Quarantine will now be the first stateside stop for anyone who’s had contact with Ebola and arrives in the United States through New York City-area airports. The first person confined under the new standard that Gov. Andrew M. Cuomo and Gov. Chris Christie announced Friday is a female health worker who cared for patients in Africa. Even though she reportedly has no symptoms, playing it safe is the right thing to do.
Federal officials should follow our lead.
That’s one obvious lesson they should take from the case of Dr. Craig Spencer, who was stricken with Ebola after treating patients in West Africa. Medical workers returning from the front-lines should be quarantined for the 21 days it takes to ensure they’re disease free.
Volunteers like Dr. Spencer risk their lives fighting the worst Ebola outbreak in history. What they do is noble, courageous and critical.
But since the outbreak began about seven months ago, 443 health care workers have been infected while in Guinea, Liberia and Sierra Leone, according to the World Health Organization. Tragically, 244 have died. Two nurses in Texas were also infected while treating Ebola — though, happily, both Nina Pham and Amber Vinson have recently been declared virus free.
Two people who recently arrived in Suffolk County from West Africa have not been quarantined. They were screened by the Center for Disease Control and Prevention at JFK, displayed no symptoms and were allowed to go home where they will be monitored for 21 days, according to Suffolk County Department of Health Services.

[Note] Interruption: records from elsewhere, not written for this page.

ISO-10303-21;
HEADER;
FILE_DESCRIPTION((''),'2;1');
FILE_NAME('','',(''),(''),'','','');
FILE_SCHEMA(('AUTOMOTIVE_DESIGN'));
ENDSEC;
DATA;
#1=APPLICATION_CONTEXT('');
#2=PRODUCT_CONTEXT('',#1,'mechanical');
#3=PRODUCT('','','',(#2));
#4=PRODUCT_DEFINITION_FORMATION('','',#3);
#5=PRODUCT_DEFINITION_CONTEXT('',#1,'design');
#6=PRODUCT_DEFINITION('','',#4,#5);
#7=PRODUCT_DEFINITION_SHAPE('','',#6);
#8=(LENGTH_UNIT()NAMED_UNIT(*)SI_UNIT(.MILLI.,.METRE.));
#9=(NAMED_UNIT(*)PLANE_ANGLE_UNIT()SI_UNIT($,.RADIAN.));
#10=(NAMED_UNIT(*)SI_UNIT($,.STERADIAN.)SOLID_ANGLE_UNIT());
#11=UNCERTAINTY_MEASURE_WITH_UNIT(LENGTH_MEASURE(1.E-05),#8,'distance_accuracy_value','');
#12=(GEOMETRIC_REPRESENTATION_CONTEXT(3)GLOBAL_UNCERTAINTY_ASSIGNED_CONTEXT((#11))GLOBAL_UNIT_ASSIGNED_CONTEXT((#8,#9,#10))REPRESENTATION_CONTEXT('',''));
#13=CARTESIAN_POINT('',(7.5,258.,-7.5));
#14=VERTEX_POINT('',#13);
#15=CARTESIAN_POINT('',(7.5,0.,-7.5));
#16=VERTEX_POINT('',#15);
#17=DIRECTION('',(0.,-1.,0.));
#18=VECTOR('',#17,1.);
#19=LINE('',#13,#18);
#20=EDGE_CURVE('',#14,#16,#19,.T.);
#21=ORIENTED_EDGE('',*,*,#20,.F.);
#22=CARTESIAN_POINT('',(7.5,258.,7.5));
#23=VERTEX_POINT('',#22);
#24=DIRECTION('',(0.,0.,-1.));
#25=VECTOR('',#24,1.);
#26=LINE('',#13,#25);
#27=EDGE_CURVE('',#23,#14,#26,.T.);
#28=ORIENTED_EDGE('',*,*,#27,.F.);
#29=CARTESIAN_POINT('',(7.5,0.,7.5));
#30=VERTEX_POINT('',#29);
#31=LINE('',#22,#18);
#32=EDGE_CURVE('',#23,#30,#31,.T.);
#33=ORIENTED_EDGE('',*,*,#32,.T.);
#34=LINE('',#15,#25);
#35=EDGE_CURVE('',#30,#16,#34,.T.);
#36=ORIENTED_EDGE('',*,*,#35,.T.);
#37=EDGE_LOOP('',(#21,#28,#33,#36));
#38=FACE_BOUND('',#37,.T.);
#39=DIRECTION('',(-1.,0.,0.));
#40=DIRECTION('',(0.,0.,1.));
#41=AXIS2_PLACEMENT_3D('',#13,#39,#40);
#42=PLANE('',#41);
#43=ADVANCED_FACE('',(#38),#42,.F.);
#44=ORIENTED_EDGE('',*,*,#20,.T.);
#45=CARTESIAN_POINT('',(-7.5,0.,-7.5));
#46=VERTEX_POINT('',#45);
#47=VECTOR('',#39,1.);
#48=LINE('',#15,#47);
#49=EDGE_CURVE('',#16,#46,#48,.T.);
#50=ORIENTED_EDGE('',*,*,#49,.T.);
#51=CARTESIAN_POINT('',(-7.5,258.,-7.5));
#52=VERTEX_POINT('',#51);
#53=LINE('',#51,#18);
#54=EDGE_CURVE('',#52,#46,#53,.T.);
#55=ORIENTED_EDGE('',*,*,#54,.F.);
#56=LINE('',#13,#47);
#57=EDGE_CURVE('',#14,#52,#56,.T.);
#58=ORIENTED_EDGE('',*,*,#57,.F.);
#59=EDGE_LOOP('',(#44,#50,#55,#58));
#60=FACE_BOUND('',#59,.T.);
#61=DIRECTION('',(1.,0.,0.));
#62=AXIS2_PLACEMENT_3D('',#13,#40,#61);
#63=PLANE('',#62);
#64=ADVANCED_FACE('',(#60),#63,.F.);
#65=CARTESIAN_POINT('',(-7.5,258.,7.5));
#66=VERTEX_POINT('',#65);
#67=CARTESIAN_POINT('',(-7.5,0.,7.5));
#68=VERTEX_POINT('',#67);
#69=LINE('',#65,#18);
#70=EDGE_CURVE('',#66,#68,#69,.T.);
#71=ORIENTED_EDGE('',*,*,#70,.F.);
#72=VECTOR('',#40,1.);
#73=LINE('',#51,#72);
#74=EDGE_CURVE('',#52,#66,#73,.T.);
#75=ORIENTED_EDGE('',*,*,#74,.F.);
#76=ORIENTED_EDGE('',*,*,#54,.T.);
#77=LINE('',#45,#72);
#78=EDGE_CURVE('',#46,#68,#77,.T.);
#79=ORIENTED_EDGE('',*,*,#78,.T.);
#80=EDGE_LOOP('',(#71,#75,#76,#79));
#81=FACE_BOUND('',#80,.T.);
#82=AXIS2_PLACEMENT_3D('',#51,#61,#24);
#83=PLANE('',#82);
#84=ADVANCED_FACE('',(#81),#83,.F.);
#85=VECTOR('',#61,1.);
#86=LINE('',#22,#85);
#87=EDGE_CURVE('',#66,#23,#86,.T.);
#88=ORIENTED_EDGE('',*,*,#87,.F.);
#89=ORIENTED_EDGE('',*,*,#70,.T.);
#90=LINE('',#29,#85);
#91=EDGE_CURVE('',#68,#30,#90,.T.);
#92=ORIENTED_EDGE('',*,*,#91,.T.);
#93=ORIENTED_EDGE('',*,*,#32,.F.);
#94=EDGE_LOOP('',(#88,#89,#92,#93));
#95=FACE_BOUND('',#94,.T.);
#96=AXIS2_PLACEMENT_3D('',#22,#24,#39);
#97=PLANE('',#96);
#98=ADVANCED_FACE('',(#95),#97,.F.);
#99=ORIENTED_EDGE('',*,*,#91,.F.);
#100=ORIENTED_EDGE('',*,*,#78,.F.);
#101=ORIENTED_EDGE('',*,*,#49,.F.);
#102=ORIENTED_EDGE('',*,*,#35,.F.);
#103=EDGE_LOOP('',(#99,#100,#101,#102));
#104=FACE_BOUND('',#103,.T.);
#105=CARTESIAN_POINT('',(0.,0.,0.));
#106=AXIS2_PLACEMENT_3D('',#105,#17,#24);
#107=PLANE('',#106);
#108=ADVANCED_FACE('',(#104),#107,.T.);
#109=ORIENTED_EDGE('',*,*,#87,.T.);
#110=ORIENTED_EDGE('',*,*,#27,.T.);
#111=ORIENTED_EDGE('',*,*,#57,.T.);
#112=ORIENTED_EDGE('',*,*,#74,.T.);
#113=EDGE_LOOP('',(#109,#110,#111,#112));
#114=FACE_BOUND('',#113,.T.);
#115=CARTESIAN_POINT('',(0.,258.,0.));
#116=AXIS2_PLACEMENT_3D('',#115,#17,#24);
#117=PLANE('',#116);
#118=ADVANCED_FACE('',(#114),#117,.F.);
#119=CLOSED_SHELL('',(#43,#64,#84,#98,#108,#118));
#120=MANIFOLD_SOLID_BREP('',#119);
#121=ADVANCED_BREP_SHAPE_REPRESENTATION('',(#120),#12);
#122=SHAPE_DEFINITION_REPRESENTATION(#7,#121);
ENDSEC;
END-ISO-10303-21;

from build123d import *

# Parameters (mm, degrees)
SKETCH1_W           = 15
SKETCH1_H           = 15
BOSS_EXTRUDE1_DEPTH = 258


with BuildPart() as part:
    # Sketch1 → Boss-Extrude1 (new body)
    with BuildSketch(Plane(origin=(0, 0, 0), x_dir=(1, 0, 0), z_dir=(0, 1, 0))):
        Rectangle(SKETCH1_W, SKETCH1_H)
    extrude(amount=BOSS_EXTRUDE1_DEPTH)


solid = part.part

The two apparently had no direct contact with Ebola unlike Spencer, who volunteered in Guinea with Doctors Without Borders.
He regularly checked his temperature after returning to his Harlem apartment, as recommended, and quickly sought treatment after developing a tell-tale fever. And he was apparently symptom free when he used subways and a Uber car to move about the city, so there is little risk he spread the virus to others.
But why take the chance?
After life-threatening, hardship duty fighting Ebola at the epicenter of the outbreak, medical workers and others should be given a nice, cushy quarantine.